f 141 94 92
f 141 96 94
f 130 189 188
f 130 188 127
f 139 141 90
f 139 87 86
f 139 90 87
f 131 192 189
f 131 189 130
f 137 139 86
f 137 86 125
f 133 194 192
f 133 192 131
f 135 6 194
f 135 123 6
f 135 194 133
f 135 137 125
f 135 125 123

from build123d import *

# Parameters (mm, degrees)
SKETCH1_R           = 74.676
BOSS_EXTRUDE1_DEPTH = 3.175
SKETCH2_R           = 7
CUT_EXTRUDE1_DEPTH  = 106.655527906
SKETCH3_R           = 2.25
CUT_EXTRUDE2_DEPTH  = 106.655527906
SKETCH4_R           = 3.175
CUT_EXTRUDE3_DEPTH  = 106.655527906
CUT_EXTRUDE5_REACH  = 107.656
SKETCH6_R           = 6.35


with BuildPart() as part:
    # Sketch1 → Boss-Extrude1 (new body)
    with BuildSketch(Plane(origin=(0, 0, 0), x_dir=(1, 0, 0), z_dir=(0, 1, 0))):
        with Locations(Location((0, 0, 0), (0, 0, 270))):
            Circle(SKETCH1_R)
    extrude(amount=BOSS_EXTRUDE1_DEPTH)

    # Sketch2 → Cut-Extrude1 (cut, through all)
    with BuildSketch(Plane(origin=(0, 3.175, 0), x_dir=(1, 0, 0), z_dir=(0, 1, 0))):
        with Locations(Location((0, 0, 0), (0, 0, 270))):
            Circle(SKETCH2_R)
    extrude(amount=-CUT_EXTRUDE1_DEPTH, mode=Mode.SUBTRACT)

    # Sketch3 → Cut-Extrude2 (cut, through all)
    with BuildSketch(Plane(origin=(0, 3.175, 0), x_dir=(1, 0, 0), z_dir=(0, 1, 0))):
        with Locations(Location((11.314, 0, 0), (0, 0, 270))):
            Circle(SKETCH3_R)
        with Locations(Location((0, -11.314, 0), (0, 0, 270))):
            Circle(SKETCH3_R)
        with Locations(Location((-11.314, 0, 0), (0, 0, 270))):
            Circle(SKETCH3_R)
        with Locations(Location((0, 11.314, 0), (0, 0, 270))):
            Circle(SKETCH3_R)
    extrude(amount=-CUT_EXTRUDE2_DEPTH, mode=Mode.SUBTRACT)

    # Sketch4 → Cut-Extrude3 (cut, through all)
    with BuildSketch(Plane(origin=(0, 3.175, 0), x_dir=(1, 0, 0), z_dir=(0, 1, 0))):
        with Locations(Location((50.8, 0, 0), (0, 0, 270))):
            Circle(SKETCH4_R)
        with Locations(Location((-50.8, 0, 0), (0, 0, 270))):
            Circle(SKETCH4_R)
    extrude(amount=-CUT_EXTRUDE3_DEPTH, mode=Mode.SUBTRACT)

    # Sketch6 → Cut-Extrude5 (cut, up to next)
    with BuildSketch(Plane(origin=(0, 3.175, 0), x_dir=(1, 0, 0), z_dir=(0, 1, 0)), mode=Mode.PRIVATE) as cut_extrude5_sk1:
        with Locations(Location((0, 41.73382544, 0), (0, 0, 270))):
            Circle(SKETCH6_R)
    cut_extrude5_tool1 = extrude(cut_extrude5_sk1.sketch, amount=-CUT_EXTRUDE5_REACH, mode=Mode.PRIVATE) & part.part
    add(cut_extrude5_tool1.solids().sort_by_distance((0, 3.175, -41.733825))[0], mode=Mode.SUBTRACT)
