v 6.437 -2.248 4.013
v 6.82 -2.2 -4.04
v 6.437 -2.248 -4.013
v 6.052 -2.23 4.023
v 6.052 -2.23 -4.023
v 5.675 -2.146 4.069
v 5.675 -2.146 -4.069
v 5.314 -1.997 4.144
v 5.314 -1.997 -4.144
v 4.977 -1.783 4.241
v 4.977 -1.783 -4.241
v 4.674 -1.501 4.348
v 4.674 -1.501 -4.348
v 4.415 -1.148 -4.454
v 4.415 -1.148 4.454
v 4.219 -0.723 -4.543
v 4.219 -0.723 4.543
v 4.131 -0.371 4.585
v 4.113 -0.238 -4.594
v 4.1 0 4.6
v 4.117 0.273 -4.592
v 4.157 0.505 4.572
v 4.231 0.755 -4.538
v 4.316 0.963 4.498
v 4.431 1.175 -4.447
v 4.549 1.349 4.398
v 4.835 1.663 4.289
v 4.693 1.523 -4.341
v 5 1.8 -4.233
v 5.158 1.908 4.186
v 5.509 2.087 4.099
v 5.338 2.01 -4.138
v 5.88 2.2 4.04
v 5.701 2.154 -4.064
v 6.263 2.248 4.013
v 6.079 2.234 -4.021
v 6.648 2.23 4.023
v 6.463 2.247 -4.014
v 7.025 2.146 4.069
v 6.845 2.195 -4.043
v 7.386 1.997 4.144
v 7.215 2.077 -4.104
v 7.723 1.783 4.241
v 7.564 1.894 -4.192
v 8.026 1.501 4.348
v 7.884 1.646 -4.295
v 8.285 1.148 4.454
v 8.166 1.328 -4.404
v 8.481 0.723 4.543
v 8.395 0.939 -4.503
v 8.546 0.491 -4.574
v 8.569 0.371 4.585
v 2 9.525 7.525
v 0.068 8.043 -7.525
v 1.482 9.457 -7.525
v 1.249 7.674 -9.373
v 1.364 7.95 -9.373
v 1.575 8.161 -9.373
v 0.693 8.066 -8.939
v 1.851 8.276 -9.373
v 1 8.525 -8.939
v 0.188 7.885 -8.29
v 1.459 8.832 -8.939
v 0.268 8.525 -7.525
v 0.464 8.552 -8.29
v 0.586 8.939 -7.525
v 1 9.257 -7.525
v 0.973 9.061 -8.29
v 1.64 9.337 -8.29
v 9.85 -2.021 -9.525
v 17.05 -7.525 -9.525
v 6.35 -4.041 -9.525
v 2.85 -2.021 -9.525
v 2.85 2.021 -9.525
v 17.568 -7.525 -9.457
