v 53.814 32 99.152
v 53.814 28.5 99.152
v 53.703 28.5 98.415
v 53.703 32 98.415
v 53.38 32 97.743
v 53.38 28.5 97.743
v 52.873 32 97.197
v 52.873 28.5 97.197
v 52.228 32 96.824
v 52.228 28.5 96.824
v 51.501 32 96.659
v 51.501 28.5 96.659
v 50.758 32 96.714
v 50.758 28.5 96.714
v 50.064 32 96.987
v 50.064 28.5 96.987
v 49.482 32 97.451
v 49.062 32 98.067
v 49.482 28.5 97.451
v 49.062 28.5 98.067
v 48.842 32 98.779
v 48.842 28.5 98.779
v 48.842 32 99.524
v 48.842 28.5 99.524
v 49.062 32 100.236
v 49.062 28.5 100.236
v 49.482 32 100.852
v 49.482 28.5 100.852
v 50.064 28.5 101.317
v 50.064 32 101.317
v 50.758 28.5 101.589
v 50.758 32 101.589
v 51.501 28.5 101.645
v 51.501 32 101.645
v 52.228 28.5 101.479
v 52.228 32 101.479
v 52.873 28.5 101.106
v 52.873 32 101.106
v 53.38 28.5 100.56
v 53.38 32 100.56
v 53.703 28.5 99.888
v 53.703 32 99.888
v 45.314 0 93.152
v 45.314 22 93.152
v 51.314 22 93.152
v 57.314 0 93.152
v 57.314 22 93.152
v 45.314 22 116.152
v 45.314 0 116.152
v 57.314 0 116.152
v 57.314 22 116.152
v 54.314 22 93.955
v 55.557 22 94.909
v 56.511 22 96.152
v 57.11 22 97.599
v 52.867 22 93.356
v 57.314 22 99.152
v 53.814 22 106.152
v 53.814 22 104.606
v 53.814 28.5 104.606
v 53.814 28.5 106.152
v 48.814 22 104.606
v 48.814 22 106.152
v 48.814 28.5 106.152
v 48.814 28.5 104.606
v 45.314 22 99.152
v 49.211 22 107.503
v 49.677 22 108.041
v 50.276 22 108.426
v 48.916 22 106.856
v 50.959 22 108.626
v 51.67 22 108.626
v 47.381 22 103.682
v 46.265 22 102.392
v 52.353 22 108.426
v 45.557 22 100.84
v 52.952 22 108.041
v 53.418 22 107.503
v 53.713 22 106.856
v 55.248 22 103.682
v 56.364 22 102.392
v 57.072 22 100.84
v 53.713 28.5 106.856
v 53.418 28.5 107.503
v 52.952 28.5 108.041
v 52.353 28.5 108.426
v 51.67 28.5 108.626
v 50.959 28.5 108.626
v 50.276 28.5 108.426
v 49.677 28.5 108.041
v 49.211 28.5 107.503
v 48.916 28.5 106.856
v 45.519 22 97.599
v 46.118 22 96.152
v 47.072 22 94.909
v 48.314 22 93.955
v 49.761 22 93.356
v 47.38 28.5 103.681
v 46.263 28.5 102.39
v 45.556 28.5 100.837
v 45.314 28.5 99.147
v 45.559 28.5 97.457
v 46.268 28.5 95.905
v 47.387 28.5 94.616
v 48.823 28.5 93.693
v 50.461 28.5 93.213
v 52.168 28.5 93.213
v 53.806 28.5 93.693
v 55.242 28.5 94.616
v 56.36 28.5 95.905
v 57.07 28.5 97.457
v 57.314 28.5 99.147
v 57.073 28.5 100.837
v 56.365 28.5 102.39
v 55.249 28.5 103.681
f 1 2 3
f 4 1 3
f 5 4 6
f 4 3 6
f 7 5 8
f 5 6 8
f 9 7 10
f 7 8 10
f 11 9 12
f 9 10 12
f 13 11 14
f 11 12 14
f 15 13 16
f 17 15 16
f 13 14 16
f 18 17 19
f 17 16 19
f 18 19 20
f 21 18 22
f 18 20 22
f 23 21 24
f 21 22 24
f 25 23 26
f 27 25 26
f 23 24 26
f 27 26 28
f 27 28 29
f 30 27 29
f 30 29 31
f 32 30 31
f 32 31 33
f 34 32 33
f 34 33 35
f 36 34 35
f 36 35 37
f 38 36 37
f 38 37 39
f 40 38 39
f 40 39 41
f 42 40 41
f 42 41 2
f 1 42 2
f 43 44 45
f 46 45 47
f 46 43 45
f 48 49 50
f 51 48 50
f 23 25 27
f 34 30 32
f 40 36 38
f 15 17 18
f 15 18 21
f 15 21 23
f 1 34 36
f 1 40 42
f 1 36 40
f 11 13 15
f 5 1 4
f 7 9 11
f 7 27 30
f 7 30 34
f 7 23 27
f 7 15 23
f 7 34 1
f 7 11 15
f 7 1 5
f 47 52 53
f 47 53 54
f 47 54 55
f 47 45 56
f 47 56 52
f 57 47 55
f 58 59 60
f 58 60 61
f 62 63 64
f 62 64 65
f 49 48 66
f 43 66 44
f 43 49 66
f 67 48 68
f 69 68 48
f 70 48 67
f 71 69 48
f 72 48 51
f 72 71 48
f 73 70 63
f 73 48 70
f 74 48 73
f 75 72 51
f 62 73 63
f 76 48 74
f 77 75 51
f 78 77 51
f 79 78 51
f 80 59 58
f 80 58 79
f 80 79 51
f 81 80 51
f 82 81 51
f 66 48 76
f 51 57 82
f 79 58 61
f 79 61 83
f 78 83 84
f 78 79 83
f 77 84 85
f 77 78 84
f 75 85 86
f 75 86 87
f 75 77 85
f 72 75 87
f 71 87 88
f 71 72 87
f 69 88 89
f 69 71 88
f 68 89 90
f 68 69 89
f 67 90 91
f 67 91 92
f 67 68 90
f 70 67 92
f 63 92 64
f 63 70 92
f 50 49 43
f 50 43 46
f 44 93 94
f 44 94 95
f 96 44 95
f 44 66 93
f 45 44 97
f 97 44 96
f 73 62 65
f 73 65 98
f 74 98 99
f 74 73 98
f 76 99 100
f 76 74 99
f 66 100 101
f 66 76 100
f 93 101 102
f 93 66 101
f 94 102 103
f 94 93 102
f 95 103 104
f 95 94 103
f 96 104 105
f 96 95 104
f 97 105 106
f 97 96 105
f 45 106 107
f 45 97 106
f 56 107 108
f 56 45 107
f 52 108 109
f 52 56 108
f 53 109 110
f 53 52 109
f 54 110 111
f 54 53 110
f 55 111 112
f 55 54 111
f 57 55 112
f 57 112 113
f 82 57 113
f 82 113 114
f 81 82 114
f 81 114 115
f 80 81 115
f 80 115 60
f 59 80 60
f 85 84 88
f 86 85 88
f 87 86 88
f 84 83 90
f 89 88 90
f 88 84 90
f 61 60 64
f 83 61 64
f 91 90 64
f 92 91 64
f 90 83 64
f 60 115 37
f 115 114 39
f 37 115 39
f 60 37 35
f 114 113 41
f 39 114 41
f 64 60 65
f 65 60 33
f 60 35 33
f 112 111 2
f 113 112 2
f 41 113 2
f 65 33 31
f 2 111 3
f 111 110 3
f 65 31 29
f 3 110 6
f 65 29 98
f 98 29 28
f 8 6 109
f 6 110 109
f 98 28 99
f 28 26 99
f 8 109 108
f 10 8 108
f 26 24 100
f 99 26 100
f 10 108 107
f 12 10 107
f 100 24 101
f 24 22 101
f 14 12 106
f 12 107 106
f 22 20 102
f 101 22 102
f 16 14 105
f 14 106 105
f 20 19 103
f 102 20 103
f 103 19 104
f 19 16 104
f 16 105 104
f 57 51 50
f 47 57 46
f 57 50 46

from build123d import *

# Parameters (mm, degrees)
SKETCH4_R           = 2.5
BOSS_EXTRUDE2_DEPTH = 32
BOSS_EXTRUDE3_DEPTH = 28.5
SKETCH1_W           = 12
SKETCH1_H           = 23
BOSS_EXTRUDE4_DEPTH = 22


with BuildPart() as part:
    # Sketch4 → Boss-Extrude2 (new body)
    with BuildSketch(Plane(origin=(0, 0, 0), x_dir=(1, 0, 0), z_dir=(0, 1, 0))):
        with Locations((51.314367453, -99.151596437)):
            Circle(SKETCH4_R)
    extrude(amount=BOSS_EXTRUDE2_DEPTH)

    # Sketch3 → Boss-Extrude3 (add)
    with BuildSketch(Plane(origin=(0, 0, 0), x_dir=(1, 0, 0), z_dir=(0, 1, 0))):
        with BuildLine():
            Line((48.814367453, -106.151596437), (48.814367453, -104.605952495))
            ThreePointArc((48.814367453, -104.605952495), (51.314367453, -93.151596437), (53.814367453, -104.605952495))
            Line((53.814367453, -104.605952495), (53.814367453, -106.151596437))
            ThreePointArc((53.814367453, -106.151596437), (51.314367453, -108.651596437), (48.814367453, -106.151596437))
        make_face()
    extrude(amount=BOSS_EXTRUDE3_DEPTH)

    # Sketch1 → Boss-Extrude4 (add)
    with BuildSketch(Plane(origin=(0, 0, 0), x_dir=(1, 0, 0), z_dir=(0, 1, 0))):
        with Locations((51.314367453, -104.651596437)):
            Rectangle(SKETCH1_W, SKETCH1_H)
    extrude(amount=BOSS_EXTRUDE4_DEPTH)


solid = part.part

☆ ☆ ☆ ☆ ☆ ☆ ☆

TASK BRIEF =>
Every line where "Mode" appears must be returned from the listing above.

WRITTEN RESPONSE =>
    extrude(amount=-CUT_EXTRUDE1_DEPTH, mode=Mode.SUBTRACT)
    extrude(amount=-CUT_EXTRUDE2_DEPTH, mode=Mode.SUBTRACT)
    extrude(amount=-CUT_EXTRUDE3_DEPTH, mode=Mode.SUBTRACT)
    with BuildSketch(Plane(origin=(0, 3.175, 0), x_dir=(1, 0, 0), z_dir=(0, 1, 0)), mode=Mode.PRIVATE) as cut_extrude5_sk1:
    cut_extrude5_tool1 = extrude(cut_extrude5_sk1.sketch, amount=-CUT_EXTRUDE5_REACH, mode=Mode.PRIVATE) & part.part
    add(cut_extrude5_tool1.solids().sort_by_distance((0, 3.175, -41.733825))[0], mode=Mode.SUBTRACT)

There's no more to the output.